START Data

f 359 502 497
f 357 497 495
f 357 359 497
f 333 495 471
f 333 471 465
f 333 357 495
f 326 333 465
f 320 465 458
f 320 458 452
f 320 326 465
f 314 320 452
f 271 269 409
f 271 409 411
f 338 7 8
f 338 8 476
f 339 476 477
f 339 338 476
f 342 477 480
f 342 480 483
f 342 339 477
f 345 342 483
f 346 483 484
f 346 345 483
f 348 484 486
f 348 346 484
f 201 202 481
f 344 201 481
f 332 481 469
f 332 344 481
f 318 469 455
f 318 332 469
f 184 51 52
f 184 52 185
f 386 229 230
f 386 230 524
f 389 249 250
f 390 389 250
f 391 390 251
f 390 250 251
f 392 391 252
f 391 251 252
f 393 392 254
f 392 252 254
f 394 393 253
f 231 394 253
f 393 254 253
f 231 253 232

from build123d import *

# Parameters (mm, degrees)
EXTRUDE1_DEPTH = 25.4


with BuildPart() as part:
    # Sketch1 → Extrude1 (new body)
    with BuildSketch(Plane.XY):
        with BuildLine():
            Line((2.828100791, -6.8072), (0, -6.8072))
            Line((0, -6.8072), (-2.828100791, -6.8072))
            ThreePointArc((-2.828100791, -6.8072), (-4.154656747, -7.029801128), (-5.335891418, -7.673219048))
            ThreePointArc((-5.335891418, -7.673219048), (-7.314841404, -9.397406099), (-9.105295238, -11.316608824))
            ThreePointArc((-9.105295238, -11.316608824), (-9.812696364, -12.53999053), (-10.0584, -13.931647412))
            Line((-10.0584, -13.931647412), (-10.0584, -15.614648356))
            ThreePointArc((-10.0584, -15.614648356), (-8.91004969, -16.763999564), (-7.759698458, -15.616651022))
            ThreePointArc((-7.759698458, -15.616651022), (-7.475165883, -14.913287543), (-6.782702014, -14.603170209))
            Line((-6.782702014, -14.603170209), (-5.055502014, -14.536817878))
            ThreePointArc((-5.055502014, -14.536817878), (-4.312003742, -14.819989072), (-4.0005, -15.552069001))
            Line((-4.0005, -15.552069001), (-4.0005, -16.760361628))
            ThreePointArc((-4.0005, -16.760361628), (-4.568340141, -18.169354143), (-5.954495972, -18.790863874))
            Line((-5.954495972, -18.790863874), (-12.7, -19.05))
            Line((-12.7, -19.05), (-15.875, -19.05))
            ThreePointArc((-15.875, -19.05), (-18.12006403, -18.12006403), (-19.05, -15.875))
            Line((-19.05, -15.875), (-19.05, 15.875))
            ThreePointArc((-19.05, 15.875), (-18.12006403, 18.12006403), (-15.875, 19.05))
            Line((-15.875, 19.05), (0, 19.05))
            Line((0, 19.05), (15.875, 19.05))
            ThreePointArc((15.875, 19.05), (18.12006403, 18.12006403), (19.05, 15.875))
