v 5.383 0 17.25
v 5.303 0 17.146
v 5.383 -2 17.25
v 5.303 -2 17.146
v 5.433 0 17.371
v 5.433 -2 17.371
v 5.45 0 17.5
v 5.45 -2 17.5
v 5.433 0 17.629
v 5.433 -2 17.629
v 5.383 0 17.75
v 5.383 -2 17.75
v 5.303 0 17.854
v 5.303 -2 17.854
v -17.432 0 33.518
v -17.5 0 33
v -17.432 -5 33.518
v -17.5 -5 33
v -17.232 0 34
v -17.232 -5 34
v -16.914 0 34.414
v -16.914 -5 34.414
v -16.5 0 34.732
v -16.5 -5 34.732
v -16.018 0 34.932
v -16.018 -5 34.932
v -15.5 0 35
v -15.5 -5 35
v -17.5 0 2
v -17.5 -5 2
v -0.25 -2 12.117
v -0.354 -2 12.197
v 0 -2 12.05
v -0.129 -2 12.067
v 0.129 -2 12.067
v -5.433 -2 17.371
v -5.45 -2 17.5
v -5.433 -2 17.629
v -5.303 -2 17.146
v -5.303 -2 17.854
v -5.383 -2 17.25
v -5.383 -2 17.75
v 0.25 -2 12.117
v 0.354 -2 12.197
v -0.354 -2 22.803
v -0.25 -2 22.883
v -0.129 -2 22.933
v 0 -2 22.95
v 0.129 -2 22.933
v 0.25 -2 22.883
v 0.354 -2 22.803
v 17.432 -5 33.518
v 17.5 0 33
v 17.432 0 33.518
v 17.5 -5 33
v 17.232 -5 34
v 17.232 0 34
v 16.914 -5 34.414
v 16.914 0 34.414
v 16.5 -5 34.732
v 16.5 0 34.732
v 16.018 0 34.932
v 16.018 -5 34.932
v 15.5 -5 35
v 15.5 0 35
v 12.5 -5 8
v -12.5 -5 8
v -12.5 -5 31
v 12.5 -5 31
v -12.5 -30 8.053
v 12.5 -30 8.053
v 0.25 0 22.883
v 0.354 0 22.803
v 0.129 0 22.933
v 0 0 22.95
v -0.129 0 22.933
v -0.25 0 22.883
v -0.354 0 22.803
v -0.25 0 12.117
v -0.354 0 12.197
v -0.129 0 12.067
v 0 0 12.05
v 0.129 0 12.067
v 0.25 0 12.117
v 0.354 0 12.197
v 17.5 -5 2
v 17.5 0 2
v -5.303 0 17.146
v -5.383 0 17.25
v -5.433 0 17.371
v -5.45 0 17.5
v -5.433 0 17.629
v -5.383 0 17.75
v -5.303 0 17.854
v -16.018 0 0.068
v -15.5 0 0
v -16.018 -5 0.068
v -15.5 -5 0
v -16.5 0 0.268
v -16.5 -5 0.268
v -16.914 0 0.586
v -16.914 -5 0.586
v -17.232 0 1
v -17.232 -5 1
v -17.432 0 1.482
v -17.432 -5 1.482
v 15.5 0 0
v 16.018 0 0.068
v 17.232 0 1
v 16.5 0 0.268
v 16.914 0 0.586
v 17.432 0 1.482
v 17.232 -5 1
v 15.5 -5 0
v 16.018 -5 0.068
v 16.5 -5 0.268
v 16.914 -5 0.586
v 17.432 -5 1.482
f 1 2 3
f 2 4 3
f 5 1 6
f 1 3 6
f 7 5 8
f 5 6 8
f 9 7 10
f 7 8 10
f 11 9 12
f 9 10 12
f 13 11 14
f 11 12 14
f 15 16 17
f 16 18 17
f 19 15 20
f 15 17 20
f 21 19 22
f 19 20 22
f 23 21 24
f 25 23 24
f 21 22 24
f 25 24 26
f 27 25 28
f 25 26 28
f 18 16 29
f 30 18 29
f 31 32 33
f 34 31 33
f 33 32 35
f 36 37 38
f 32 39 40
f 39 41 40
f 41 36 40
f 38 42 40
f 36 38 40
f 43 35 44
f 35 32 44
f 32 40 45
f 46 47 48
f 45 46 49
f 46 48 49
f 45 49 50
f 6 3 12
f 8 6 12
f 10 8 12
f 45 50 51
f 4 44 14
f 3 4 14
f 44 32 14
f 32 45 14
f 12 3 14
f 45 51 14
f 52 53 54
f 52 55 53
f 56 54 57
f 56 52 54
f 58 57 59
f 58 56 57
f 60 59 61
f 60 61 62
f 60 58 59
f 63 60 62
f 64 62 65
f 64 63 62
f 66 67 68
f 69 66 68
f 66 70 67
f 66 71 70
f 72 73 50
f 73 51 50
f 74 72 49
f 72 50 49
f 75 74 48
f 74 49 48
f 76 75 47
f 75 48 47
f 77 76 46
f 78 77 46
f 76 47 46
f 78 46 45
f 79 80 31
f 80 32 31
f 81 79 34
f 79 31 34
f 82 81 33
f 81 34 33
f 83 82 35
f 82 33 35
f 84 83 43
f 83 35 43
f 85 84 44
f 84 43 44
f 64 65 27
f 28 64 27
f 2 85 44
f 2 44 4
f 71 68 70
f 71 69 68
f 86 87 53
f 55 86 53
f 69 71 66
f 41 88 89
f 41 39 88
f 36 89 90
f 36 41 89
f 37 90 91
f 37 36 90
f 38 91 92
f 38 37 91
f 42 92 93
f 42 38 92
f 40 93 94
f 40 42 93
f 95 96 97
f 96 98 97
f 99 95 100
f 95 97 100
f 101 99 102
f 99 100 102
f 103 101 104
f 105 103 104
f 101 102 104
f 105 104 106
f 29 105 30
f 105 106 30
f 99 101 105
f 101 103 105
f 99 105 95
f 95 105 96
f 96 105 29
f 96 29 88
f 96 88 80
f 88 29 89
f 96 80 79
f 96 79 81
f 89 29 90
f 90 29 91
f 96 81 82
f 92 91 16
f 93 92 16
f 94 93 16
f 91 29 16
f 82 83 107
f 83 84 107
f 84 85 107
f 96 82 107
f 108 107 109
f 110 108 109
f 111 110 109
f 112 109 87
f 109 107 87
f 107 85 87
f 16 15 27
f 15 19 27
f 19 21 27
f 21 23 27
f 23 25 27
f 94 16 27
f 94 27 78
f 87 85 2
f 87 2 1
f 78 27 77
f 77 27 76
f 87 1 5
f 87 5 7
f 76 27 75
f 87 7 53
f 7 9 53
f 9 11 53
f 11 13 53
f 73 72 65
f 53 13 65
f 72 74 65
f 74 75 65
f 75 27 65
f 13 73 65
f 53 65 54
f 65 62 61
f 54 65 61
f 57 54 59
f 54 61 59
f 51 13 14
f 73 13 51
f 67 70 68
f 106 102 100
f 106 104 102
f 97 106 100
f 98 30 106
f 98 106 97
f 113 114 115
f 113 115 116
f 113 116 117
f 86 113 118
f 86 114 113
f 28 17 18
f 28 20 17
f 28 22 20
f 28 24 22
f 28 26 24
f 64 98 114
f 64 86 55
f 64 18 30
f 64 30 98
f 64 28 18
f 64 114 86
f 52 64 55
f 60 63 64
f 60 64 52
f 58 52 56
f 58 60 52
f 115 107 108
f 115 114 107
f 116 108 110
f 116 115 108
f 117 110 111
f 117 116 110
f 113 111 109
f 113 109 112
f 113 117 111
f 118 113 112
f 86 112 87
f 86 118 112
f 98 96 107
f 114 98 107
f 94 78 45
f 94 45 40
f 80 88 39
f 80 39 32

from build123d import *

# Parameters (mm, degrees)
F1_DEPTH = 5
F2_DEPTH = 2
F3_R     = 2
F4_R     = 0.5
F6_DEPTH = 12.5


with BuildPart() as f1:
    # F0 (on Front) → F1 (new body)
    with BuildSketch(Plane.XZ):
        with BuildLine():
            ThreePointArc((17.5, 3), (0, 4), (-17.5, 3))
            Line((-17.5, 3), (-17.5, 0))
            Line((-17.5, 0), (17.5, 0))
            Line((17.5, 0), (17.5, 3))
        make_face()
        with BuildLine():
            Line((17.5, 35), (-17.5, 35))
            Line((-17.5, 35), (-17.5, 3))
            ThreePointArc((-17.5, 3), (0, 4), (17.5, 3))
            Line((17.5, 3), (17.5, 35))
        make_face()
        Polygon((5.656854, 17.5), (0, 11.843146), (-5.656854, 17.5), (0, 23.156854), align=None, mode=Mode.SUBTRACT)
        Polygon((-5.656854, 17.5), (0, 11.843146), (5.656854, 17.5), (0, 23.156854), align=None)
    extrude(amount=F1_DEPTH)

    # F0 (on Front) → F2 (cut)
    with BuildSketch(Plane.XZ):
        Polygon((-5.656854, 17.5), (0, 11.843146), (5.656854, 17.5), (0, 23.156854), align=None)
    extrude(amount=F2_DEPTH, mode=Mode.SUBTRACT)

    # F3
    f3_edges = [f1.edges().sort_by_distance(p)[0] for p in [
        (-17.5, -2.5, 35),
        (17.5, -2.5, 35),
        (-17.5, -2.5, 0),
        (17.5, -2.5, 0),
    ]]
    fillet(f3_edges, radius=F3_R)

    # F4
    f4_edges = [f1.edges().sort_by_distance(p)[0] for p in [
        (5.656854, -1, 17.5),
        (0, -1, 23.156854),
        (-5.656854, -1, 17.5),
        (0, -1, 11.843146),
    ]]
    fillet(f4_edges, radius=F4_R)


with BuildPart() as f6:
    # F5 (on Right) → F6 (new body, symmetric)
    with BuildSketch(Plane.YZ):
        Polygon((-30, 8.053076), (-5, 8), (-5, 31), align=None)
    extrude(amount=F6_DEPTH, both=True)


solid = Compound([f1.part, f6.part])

END Data

Task prompt — Set down, from the entries above, exactly the lines from the one with "f 271 269 409" up to and including the one with "Line((2.828100791, -6.8072), (0, -6.8072))", and no other lines.

Answer —
f 271 269 409
f 271 409 411
f 338 7 8
f 338 8 476
f 339 476 477
f 339 338 476
f 342 477 480
f 342 480 483
f 342 339 477
f 345 342 483
f 346 483 484
f 346 345 483
f 348 484 486
f 348 346 484
f 201 202 481
f 344 201 481
f 332 481 469
f 332 344 481
f 318 469 455
f 318 332 469
f 184 51 52
f 184 52 185
f 386 229 230
f 386 230 524
f 389 249 250
f 390 389 250
f 391 390 251
f 390 250 251
f 392 391 252
f 391 251 252
f 393 392 254
f 392 252 254
f 394 393 253
f 231 394 253
f 393 254 253
f 231 253 232

from build123d import *

# Parameters (mm, degrees)
EXTRUDE1_DEPTH = 25.4


with BuildPart() as part:
    # Sketch1 → Extrude1 (new body)
    with BuildSketch(Plane.XY):
        with BuildLine():
            Line((2.828100791, -6.8072), (0, -6.8072))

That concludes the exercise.